Required work: Copy out each line of the entries below in which the string "with" appears.
** Materials provided follows **
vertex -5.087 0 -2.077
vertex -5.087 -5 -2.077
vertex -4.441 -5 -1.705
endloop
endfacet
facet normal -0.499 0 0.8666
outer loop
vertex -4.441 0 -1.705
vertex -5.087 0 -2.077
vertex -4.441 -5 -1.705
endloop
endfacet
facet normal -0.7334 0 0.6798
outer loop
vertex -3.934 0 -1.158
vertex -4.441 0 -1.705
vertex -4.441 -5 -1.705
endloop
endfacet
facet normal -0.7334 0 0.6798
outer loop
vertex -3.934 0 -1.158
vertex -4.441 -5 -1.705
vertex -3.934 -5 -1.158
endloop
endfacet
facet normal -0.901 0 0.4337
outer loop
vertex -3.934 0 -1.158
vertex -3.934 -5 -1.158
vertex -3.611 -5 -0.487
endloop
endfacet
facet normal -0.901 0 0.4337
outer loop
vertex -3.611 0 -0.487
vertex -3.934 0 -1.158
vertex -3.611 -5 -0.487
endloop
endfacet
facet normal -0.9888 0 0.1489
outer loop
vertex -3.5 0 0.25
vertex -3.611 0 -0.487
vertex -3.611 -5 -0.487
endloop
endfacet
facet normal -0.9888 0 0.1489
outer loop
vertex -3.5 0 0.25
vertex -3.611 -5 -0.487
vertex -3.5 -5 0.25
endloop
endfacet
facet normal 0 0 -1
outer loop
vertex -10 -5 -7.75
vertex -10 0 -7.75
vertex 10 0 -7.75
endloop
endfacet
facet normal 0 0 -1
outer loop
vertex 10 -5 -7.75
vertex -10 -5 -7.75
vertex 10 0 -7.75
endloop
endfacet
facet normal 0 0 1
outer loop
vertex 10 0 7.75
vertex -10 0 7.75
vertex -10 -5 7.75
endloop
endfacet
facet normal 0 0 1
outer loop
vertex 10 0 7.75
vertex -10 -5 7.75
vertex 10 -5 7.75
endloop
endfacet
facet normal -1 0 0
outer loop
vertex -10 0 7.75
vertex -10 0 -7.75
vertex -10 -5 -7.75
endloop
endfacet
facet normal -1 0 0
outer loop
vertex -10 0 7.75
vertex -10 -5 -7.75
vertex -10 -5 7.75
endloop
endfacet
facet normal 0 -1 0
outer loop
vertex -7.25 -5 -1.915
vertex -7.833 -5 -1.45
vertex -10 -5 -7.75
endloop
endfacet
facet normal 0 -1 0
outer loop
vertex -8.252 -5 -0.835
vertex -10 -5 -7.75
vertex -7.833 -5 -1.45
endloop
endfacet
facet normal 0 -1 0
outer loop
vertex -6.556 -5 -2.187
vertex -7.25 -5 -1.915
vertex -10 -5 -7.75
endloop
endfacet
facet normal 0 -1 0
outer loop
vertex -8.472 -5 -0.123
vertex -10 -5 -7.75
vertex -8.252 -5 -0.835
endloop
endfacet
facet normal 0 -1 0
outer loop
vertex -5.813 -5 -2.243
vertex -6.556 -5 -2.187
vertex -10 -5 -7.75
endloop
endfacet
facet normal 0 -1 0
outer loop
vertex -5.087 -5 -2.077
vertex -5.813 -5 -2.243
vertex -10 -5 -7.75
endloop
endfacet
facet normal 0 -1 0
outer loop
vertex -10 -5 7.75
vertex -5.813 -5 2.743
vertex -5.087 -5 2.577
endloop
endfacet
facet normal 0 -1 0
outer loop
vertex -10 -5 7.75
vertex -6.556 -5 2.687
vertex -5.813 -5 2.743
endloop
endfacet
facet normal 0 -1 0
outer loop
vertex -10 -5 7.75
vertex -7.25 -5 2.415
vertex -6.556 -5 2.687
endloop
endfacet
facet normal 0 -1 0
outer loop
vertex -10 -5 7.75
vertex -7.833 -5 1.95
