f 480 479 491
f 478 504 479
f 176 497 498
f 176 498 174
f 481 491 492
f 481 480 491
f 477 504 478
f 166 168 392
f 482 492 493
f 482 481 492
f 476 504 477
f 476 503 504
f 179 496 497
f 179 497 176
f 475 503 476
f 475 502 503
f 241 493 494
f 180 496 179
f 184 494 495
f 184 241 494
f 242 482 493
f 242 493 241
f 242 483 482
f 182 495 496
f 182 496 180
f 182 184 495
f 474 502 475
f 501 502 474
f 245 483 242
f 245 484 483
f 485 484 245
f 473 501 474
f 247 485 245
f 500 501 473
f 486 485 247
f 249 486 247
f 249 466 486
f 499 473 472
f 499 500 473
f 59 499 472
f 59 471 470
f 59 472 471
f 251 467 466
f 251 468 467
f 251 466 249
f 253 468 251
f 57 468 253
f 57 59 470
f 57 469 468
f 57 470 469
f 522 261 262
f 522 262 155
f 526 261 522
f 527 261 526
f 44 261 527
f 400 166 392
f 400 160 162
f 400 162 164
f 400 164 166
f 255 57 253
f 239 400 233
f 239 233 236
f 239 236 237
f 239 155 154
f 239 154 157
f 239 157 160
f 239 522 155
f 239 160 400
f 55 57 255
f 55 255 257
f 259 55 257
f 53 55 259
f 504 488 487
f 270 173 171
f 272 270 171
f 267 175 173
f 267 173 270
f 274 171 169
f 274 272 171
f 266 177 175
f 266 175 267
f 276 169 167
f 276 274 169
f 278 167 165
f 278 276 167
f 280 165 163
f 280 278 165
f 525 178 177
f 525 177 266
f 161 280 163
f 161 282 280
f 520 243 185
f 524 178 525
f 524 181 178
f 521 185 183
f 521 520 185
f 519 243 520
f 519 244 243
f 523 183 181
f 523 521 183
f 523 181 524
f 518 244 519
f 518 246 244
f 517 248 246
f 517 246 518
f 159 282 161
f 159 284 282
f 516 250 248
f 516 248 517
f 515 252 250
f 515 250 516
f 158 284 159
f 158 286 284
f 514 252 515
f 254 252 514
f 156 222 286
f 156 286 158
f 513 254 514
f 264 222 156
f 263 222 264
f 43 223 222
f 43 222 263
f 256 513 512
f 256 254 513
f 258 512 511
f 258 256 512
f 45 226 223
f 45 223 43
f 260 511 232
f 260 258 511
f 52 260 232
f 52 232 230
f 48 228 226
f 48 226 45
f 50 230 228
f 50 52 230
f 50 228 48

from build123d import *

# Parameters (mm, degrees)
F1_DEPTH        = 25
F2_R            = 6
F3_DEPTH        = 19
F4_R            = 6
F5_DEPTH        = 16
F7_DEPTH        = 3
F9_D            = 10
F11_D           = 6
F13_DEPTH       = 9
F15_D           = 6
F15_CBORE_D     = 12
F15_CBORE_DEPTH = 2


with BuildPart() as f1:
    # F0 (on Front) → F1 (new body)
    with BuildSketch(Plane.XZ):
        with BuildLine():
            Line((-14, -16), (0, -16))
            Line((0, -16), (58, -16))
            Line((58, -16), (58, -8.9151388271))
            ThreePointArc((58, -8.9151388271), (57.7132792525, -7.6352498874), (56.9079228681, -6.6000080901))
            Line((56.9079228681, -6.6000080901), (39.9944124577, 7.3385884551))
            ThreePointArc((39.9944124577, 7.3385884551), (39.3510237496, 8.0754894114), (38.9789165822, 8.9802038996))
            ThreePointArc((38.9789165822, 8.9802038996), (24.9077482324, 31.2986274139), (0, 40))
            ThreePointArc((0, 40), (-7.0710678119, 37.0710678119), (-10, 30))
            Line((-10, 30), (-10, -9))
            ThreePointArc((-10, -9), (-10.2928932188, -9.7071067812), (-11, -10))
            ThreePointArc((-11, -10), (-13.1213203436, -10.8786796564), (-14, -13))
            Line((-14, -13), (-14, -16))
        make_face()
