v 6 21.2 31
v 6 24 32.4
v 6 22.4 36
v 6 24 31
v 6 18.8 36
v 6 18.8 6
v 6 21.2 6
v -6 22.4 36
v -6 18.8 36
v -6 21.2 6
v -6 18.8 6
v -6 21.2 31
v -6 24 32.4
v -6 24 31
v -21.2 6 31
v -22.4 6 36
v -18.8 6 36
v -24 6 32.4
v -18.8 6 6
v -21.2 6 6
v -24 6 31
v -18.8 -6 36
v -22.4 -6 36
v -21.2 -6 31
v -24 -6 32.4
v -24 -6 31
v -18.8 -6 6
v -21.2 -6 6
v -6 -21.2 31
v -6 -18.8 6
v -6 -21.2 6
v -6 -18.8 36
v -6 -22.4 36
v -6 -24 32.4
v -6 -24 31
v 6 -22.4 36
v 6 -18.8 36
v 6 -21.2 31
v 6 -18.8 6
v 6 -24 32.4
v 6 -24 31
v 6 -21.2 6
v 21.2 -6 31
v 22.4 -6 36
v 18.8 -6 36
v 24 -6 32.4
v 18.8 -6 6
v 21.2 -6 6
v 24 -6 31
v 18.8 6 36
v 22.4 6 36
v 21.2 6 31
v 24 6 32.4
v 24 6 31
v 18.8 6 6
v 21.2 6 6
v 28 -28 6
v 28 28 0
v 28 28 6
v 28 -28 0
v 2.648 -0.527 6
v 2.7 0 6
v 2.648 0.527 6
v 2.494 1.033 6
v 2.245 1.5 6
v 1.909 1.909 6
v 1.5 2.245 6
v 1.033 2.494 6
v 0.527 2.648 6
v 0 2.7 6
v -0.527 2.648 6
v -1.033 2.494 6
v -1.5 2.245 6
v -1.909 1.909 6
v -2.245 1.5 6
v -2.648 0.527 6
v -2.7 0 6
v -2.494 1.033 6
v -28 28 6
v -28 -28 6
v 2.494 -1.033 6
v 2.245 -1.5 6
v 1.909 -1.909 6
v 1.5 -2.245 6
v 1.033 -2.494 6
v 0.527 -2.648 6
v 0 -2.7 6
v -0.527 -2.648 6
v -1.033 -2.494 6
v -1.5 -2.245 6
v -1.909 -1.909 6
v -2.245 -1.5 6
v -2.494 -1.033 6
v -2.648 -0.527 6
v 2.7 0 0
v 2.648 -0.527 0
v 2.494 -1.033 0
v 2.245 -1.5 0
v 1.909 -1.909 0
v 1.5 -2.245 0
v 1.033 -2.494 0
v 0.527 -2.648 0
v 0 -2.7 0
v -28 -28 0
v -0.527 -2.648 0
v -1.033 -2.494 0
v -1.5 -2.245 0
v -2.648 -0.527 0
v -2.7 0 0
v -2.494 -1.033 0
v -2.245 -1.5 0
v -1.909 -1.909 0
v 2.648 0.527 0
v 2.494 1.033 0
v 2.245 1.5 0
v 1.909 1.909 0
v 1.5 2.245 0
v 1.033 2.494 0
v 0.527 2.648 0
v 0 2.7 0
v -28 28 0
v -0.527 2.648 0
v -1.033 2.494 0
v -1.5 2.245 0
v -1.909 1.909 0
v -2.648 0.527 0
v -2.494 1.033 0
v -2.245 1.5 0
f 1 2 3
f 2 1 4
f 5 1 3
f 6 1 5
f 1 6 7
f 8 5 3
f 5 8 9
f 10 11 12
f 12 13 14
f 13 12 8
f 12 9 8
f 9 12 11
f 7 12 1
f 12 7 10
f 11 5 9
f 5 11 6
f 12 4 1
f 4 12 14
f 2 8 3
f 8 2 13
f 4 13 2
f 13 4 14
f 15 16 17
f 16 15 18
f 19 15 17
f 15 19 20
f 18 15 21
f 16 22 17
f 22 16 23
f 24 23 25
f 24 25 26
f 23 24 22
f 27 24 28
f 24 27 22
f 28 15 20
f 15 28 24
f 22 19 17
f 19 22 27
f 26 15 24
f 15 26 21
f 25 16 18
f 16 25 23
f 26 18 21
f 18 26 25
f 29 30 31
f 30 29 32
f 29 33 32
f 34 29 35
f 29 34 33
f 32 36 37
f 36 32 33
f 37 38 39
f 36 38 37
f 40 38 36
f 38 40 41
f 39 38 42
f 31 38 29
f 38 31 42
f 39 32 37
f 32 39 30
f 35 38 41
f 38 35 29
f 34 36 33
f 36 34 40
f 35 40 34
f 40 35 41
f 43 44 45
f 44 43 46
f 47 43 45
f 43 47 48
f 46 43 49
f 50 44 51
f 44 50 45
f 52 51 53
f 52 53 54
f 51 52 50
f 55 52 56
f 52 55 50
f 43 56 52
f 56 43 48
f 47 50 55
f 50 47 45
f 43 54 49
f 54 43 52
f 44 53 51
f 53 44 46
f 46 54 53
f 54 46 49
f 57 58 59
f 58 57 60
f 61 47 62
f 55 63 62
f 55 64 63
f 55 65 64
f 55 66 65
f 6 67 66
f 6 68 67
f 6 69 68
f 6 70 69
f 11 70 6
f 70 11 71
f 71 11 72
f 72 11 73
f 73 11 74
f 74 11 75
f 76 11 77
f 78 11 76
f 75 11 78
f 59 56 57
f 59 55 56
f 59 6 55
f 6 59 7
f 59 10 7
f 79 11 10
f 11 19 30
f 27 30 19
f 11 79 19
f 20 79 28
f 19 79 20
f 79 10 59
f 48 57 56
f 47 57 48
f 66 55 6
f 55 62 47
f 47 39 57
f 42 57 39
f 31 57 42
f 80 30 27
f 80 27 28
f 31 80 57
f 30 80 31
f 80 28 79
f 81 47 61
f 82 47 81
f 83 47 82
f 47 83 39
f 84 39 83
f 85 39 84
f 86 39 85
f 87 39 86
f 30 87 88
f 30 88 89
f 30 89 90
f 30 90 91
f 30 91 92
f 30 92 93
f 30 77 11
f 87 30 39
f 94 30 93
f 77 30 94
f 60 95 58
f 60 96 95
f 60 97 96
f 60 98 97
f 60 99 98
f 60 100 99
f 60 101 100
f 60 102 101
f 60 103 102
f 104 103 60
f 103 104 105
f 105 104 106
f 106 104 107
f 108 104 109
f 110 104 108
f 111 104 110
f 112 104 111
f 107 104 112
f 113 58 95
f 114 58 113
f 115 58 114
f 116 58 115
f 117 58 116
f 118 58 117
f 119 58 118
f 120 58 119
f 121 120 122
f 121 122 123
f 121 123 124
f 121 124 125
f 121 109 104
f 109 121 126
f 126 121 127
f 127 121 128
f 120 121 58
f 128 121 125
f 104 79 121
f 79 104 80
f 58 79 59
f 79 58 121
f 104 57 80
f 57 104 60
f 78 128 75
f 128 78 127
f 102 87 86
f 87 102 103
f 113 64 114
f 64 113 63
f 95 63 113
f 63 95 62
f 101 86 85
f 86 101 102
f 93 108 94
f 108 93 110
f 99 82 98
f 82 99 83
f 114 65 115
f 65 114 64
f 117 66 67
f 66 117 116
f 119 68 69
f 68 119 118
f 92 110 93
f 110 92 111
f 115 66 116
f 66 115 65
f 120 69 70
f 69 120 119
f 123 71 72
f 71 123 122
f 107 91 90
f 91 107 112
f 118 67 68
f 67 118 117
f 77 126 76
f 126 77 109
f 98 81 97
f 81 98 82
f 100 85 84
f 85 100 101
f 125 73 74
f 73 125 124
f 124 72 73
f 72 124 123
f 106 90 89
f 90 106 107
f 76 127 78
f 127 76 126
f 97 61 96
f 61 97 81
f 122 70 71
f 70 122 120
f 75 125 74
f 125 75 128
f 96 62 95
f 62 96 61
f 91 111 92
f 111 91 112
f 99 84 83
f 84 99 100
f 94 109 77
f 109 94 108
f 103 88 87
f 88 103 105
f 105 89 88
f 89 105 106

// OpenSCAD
$fn = 32;

// ----------------------------------------------------------------------
// Snap-fit latch: 4 arms, 30 mm tall, 3 mm undercut hooks
// ----------------------------------------------------------------------

// --- parameters (mm) ---
base_d = 56;              // base plate depth
base_h = 6;               // base plate thickness
span = 40;                // distance between opposite arms
arm_t = 2.4;              // arm thickness
arm_d = 12;               // arm width
height = 30;              // free arm length
head_len = 3;             // hook reach
head_h = 5;               // hook height
lead = 1.4;               // lead-in ramp thickness
bore_d = 5.4;             // base fixing bore
top_z = 36;               // height of the arm tips above the base

arms = 4;

difference() {
  union() {
    /* base plate, centred on the arm ring */
    translate([-28, -28, 0]) cube([base_d, base_d, base_h]);
    for (a = [0 : 360 / arms : 359]) rotate([0, 0, a]) {
    /* arm, sunk 0.5 mm into the base */
    translate([-arm_d / 2, span / 2 - arm_t / 2, base_h - 0.5]) cube([arm_d, arm_t, height + 0.5]);
    /* hook: a convex hull of a tall inner block and a thin outer lip
       gives a flat undercut below and a lead-in ramp on top */
    hull() {
      translate([-arm_d / 2, span / 2 + arm_t / 2 - 0.6, top_z - head_h]) cube([arm_d, lead + 0.4, head_h]);
      translate([-arm_d / 2, span / 2 + arm_t / 2 - 0.2, top_z - head_h]) cube([arm_d, head_len, lead]);
    }
    }
  }
  translate([0, 0, -2.5]) cylinder(h = base_h + 5, d = bore_d);
}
** End of Materials provided **
Your response:
with BuildPart() as f1:
    with BuildSketch(Plane.XZ):
        with BuildLine():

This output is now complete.